5. The concave shape of the rear wall 2d of semi-circular cross section is particularly effective for the improvements of processability and workability, with the heating chamber H having increased strength as compared with that of the conventional heating chambers of rectangular box-like configuration, it thus being possible to reduce the thickness of the walls 2 for the heating chamber H and consequently the manufacturing cost involved therein.
6. Since the total area of the heating chamber H with respect to the electric waves is reduced, the total sum of wall surface loss for the heating chamber H is consequently decreased, with improved output efficiency especially at the time of small load.
7. In the driving of the rotary table 5 through the magnetic coupling, if expensive non-magnetic material, for example, aluminum, aluminum alloy, stainless steel of the austenite group and the like, is used only for the base plate 2a of the heating chamber H, with other main portions of the walls 2 being made of inexpensive magnetic material, heating chambers of low cost can be obtained.
Referring back to FIG. 2, when the radius r of the concave semi-circular portion of the rear wall 2d is set to be smaller than the distance l between the inner surface of the observation window 7 for the door 6 and the rotational center O of the rotary table 5, large sized objects to be heated and positioned so that they protrude from the rotary table 5 are not caught by any of the walls of the heating chamber H to lock the driving source, and tall objects will not be caused to fall down during the rotation of the rotary table 5, only if such an object is inserted into the heating chamber H without laterally contacting the walls of the heating chamber H, thus microwave ovens of improved safety being presented. Furthermore, the arrangement as described above is effective for preventing the disadvantage in the conventional microwave ovens that the glass plate 7c for the observation window 7 is damaged or the wire netting 7a therefor is broken by spark discharge from the metallic spit for the food material brought close to the window 7, since such a spit or the like is prevented from approaching the window 7 by the dimensional arrangement of l > r. Moreover, even when the inner glass plate 7c of the observation window 7 is replaced by a transparent plate of synthetic resin, the danger in the conventional arrangement that such a transparent plate is melted to form an opening thereat due to spark discharge between a metallic material approaching the observation window 7 and the wire netting 7b of the same window 7 is advantageously prevented by the arrangement of the present invention as described above.
It should be noted here that, in the foregoing description, although the present invention is mainly described with reference to a microwave oven having the rotary table driven by the magnetic coupling, the arrangement of the present invention is not limited in its application to microwave ovens with rotary tables of the magnetic coupling driving type, but may readily be applicable to microwave ovens having rotary tables directly driven by motors.

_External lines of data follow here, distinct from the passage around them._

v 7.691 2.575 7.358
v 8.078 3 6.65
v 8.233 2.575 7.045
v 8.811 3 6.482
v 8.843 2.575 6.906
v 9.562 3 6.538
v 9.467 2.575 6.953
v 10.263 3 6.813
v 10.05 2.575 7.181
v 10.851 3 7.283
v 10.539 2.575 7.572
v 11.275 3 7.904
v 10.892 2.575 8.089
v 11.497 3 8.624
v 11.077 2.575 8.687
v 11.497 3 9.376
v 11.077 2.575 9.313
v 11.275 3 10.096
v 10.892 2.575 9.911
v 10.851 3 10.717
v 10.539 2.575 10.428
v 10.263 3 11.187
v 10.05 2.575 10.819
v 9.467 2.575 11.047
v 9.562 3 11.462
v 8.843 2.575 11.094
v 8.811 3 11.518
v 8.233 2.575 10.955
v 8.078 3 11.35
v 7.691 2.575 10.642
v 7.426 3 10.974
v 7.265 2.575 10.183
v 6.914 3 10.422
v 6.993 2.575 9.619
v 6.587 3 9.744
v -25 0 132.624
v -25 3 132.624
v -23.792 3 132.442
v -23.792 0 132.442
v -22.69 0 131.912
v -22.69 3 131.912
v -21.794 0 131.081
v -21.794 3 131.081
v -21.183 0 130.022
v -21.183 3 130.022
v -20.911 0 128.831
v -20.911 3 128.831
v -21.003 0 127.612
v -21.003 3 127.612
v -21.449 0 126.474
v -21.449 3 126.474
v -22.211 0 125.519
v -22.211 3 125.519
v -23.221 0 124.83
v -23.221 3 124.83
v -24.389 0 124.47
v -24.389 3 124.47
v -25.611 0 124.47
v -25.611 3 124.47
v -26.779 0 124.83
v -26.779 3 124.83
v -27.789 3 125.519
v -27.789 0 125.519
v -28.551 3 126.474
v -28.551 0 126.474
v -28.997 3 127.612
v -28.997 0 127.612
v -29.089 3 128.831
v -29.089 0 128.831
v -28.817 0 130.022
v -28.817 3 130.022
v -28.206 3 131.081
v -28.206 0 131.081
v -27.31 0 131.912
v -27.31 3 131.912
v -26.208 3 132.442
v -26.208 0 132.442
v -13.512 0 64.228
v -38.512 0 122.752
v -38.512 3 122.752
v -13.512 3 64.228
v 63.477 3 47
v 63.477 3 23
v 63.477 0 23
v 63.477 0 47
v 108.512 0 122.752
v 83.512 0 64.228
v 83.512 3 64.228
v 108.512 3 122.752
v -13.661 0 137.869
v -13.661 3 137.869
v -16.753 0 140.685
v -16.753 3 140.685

It should also be noted that the concept of the present invention to employ the concave rear wall portion of semi-circular cross section for the heating chamber is readily applicable even to microwave ovens without rotary tables for achieving uniform heating within the heating chamber.
Although the present invention has been fully described by way of example with reference to the attached drawings, it is to be noted that various changes and modifications are apparent to those skilled in the art. Therefore, unless otherwise such changes and modifications depart from the scope of the present invention, they should be construed as included therein.